Task to complete =
Output only the stretch of the listing that starts at the line containing "e26 v10 v23 LINE" and ends at the line containing "v28 (-36.800051,-35,0)", reproduced exactly with both ends.
── Material for this task
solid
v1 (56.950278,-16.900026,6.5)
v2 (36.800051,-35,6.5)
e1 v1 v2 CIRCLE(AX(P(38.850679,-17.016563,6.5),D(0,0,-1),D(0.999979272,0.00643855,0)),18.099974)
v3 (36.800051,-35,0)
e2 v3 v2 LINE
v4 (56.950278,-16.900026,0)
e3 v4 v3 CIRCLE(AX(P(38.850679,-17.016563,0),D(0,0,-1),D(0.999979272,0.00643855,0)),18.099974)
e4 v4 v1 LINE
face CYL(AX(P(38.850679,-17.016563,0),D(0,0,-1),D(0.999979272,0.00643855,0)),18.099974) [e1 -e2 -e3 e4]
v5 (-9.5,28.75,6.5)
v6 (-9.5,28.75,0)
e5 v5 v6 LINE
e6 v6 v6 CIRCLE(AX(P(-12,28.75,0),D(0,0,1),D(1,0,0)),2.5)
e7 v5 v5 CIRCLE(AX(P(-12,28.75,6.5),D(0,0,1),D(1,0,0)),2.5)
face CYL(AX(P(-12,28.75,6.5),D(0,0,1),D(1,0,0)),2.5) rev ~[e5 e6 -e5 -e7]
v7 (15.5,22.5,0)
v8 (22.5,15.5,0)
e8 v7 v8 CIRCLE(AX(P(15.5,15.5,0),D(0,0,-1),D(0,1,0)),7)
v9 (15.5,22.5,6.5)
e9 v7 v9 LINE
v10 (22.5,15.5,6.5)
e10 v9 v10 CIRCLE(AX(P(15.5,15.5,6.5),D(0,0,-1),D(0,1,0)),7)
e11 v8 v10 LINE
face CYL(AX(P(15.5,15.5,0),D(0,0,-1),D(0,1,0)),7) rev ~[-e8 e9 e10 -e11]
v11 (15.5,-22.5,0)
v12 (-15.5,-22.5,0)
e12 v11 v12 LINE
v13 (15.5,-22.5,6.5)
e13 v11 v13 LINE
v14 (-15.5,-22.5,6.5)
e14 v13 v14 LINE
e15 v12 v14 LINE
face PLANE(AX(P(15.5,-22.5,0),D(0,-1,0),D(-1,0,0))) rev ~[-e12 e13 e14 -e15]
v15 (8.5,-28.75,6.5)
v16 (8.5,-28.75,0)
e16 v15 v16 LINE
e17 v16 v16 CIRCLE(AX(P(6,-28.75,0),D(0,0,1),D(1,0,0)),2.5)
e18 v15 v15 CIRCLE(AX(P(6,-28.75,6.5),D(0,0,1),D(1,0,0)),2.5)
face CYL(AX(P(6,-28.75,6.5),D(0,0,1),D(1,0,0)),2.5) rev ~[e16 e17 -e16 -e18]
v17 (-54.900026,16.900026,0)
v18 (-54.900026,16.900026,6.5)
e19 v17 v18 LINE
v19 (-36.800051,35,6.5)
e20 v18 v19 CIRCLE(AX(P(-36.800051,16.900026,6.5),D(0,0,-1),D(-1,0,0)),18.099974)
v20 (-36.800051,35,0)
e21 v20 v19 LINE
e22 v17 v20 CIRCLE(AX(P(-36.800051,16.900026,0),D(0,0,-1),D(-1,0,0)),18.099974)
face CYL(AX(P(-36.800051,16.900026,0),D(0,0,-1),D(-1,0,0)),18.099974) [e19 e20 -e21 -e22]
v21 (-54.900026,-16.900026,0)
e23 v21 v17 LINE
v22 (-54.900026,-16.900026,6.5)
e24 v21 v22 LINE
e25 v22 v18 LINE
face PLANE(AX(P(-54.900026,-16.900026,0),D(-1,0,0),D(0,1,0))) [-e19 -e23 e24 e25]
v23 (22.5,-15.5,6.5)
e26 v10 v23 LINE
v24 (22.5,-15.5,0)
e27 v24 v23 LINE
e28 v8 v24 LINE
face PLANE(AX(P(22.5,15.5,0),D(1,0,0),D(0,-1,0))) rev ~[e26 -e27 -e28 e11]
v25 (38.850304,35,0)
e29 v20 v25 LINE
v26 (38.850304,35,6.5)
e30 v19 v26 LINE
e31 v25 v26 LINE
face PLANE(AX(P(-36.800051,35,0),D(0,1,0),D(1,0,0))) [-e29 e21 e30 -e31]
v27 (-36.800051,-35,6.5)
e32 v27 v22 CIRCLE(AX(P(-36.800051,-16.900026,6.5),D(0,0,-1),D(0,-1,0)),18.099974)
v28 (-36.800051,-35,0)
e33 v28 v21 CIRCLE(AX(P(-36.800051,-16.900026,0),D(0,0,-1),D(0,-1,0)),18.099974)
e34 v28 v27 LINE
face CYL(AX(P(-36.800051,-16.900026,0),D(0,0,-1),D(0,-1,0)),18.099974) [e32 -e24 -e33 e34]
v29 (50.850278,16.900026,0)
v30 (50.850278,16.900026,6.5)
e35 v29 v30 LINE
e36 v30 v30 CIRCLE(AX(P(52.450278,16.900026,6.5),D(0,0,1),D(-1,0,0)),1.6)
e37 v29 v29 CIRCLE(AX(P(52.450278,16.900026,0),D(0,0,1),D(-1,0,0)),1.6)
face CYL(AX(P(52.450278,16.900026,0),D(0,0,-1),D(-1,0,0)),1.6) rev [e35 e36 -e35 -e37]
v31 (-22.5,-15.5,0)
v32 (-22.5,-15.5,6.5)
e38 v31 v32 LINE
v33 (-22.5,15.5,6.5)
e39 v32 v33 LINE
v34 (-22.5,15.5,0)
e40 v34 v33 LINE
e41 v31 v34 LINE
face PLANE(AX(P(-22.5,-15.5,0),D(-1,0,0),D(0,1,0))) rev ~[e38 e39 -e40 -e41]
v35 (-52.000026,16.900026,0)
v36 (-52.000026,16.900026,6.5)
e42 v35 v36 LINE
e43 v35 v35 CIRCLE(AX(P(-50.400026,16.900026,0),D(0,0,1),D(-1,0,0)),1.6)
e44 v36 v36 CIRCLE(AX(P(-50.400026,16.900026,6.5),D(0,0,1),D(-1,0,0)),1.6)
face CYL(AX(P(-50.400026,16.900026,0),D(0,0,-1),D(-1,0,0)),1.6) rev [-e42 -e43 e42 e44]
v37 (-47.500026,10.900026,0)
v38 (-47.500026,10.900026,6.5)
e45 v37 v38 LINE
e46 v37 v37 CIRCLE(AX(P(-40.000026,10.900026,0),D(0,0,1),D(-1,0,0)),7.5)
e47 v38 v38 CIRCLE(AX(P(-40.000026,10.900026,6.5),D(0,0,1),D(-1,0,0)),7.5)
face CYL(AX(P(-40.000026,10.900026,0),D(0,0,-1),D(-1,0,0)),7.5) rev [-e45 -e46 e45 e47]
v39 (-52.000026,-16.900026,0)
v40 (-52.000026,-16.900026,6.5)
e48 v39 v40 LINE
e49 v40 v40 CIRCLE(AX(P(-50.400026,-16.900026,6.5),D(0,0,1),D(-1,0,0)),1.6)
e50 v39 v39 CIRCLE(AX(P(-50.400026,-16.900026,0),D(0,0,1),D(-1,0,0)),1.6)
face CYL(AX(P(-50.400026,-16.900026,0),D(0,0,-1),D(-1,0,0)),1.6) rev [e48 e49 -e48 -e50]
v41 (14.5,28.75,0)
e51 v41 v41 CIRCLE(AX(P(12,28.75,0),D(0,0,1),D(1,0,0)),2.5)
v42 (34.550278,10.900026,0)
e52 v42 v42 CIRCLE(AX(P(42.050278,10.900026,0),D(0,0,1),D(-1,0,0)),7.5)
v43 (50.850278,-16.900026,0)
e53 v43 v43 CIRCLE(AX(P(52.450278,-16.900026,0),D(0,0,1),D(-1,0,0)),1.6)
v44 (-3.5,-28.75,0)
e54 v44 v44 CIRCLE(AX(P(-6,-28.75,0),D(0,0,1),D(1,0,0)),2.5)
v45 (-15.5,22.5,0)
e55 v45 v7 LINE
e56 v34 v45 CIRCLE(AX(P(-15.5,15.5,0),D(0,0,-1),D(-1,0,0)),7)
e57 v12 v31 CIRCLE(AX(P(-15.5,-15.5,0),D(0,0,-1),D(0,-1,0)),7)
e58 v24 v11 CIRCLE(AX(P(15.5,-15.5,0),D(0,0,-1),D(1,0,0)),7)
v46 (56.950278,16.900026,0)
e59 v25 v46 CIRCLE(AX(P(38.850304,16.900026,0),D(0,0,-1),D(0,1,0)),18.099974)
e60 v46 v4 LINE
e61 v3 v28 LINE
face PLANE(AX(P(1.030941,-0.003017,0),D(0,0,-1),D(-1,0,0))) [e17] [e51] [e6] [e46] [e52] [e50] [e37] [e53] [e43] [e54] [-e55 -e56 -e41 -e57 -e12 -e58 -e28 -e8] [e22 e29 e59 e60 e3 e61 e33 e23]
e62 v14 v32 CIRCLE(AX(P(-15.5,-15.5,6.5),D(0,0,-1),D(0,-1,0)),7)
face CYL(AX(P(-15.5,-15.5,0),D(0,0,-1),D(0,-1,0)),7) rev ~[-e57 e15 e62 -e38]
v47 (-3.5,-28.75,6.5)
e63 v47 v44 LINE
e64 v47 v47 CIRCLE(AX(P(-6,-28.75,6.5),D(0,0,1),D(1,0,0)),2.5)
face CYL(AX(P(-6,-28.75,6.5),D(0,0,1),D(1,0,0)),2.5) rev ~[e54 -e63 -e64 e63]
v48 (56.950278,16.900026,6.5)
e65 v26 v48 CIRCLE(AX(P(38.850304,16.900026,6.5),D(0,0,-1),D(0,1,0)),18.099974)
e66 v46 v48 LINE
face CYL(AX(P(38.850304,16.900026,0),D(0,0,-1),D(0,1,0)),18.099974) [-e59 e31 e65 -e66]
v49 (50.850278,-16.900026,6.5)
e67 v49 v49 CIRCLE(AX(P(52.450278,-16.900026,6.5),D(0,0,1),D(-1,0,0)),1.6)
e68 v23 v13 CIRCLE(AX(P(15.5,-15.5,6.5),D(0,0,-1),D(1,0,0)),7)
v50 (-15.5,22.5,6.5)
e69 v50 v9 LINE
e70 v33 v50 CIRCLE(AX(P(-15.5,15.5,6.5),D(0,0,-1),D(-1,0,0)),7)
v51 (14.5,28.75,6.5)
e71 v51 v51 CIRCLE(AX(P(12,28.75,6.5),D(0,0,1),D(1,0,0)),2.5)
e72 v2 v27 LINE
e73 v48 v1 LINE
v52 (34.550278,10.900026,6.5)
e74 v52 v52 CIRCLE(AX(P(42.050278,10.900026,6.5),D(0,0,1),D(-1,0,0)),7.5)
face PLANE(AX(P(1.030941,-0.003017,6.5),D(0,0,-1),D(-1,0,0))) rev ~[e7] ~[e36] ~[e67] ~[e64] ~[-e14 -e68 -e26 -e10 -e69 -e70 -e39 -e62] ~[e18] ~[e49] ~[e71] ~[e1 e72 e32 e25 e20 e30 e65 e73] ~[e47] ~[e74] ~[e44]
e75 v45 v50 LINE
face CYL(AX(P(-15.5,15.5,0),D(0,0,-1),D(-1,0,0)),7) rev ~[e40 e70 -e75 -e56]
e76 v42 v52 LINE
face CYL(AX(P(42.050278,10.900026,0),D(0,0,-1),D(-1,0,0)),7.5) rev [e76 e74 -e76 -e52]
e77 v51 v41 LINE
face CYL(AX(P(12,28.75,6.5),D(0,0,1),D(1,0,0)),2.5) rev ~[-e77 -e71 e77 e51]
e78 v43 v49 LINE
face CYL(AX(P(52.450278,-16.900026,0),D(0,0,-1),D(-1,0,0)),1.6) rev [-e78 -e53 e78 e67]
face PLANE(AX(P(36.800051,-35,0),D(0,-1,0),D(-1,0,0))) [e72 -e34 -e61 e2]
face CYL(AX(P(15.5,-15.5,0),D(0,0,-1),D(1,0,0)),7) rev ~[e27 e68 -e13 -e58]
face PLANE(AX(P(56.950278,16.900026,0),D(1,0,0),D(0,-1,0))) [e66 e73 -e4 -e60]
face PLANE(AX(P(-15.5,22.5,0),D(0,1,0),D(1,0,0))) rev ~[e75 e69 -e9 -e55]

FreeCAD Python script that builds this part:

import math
import FreeCAD as App
import Part
import Sketcher

V = App.Vector

doc = App.newDocument("Part")
body = doc.addObject("PartDesign::Body", "Body")

sketch1 = body.newObject("Sketcher::SketchObject", "Sketch")
sketch1.AttachmentSupport = (doc.getObject("XY_Plane"), [""])
sketch1.MapMode = "FlatFace"
sketch1.addGeometry([
    Part.LineSegment(V(38.9, 35, 0), V(-36.8, 35, 0)),
    Part.ArcOfCircle(Part.Circle(V(-36.8, 16.9, 0), V(0, 0, 1), 18.1), math.radians(90), math.radians(180)),
    Part.LineSegment(V(-54.9, 16.9, 0), V(-54.9, -16.9, 0)),
    Part.ArcOfCircle(Part.Circle(V(-36.8, -16.9, 0), V(0, 0, 1), 18.1), math.radians(-180), math.radians(-90)),
    Part.LineSegment(V(-36.8, -35, 0), V(36.8, -35, 0)),
    Part.ArcOfCircle(Part.Circle(V(38.9, -17, 0), V(0, 0, 1), 18.1), math.radians(-97), math.radians(0)),
    Part.LineSegment(V(57, -16.9, 0), V(57, 16.9, 0)),
    Part.ArcOfCircle(Part.Circle(V(38.9, 16.9, 0), V(0, 0, 1), 18.1), math.radians(0), math.radians(90)),
    Part.Circle(V(52.5, -16.9, 0), V(0, 0, 1), 1.6),
    Part.Circle(V(-50.4, -16.9, 0), V(0, 0, 1), 1.6),
    Part.Circle(V(42.1, 10.9, 0), V(0, 0, 1), 7.5),
    Part.Circle(V(52.5, 16.9, 0), V(0, 0, 1), 1.6),
    Part.LineSegment(V(-15.5, 22.5, 0), V(15.5, 22.5, 0)),
    Part.ArcOfCircle(Part.Circle(V(15.5, 15.5, 0), V(0, 0, 1), 7), math.radians(0), math.radians(90)),
    Part.LineSegment(V(22.5, 15.5, 0), V(22.5, -15.5, 0)),
    Part.ArcOfCircle(Part.Circle(V(15.5, -15.5, 0), V(0, 0, 1), 7), math.radians(-90), math.radians(0)),
    Part.LineSegment(V(15.5, -22.5, 0), V(-15.5, -22.5, 0)),
    Part.ArcOfCircle(Part.Circle(V(-15.5, -15.5, 0), V(0, 0, 1), 7), math.radians(-180), math.radians(-90)),
    Part.LineSegment(V(-22.5, -15.5, 0), V(-22.5, 15.5, 0)),
    Part.ArcOfCircle(Part.Circle(V(-15.5, 15.5, 0), V(0, 0, 1), 7), math.radians(90), math.radians(180)),
    Part.Circle(V(-40, 10.9, 0), V(0, 0, 1), 7.5),
    Part.Circle(V(-50.4, 16.9, 0), V(0, 0, 1), 1.6),
], False)
sketch1.addConstraint([
    Sketcher.Constraint("Tangent", 0, 2, 1, 1),
    Sketcher.Constraint("Tangent", 1, 2, 2, 1),
    Sketcher.Constraint("Tangent", 2, 2, 3, 1),
    Sketcher.Constraint("Tangent", 3, 2, 4, 1),
    Sketcher.Constraint("Coincident", 4, 2, 5, 1),
    Sketcher.Constraint("Coincident", 5, 2, 6, 1),
    Sketcher.Constraint("Tangent", 6, 2, 7, 1),
    Sketcher.Constraint("Tangent", 7, 2, 0, 1),
    Sketcher.Constraint("Tangent", 12, 2, 13, 2),
    Sketcher.Constraint("Tangent", 13, 1, 14, 1),
    Sketcher.Constraint("Tangent", 14, 2, 15, 2),
    Sketcher.Constraint("Tangent", 15, 1, 16, 1),
    Sketcher.Constraint("Tangent", 16, 2, 17, 2),
    Sketcher.Constraint("Tangent", 17, 1, 18, 1),
    Sketcher.Constraint("Tangent", 18, 2, 19, 2),
    Sketcher.Constraint("Tangent", 19, 1, 12, 1),
    Sketcher.Constraint("Horizontal", 0),
    Sketcher.Constraint("Vertical", 2),
    Sketcher.Constraint("Horizontal", 4),
    Sketcher.Constraint("Vertical", 6),
    Sketcher.Constraint("Horizontal", 12),
    Sketcher.Constraint("Vertical", 14),
    Sketcher.Constraint("Horizontal", 16),
    Sketcher.Constraint("Vertical", 18),
    Sketcher.Constraint("Equal", 1, 3),
    Sketcher.Constraint("Equal", 3, 5),
    Sketcher.Constraint("Equal", 5, 7),
    Sketcher.Constraint("Equal", 8, 9),
    Sketcher.Constraint("Equal", 9, 11),
    Sketcher.Constraint("Equal", 13, 15),
    Sketcher.Constraint("Equal", 15, 17),
    Sketcher.Constraint("Equal", 17, 19),
    Sketcher.Constraint("Equal", 10, 20),
    Sketcher.Constraint("Equal", 11, 21),
    Sketcher.Constraint("Symmetric", 13, 3, 17, 3, -1, 1),
    Sketcher.Constraint("Symmetric", 0, 2, 4, 2, -1, 1),
    Sketcher.Constraint("Symmetric", 8, 3, 11, 3, -1),
    Sketcher.Constraint("Symmetric", 9, 3, 21, 3, -1),
    Sketcher.Constraint("Horizontal", 3, 3, 8, 3),
    Sketcher.Constraint("Horizontal", 8, 3, 9, 3),
    Sketcher.Constraint("Horizontal", 10, 3, 20, 3),
    Sketcher.Constraint("Horizontal", 2, 2, 5, 2),
    Sketcher.Constraint("Equal", 16, 14),
    Sketcher.Constraint("Diameter", 10, 15.0),
    Sketcher.Constraint("Radius", 13, 7.0),
    Sketcher.Constraint("Diameter", 8, 3.2),
    Sketcher.Constraint("DistanceX", 12, 1, 12, 2, 31.0),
────
Reply to the task =
e26 v10 v23 LINE
v24 (22.5,-15.5,0)
e27 v24 v23 LINE
e28 v8 v24 LINE
face PLANE(AX(P(22.5,15.5,0),D(1,0,0),D(0,-1,0))) rev ~[e26 -e27 -e28 e11]
v25 (38.850304,35,0)
e29 v20 v25 LINE
v26 (38.850304,35,6.5)
e30 v19 v26 LINE
e31 v25 v26 LINE
face PLANE(AX(P(-36.800051,35,0),D(0,1,0),D(1,0,0))) [-e29 e21 e30 -e31]
v27 (-36.800051,-35,6.5)
e32 v27 v22 CIRCLE(AX(P(-36.800051,-16.900026,6.5),D(0,0,-1),D(0,-1,0)),18.099974)
v28 (-36.800051,-35,0)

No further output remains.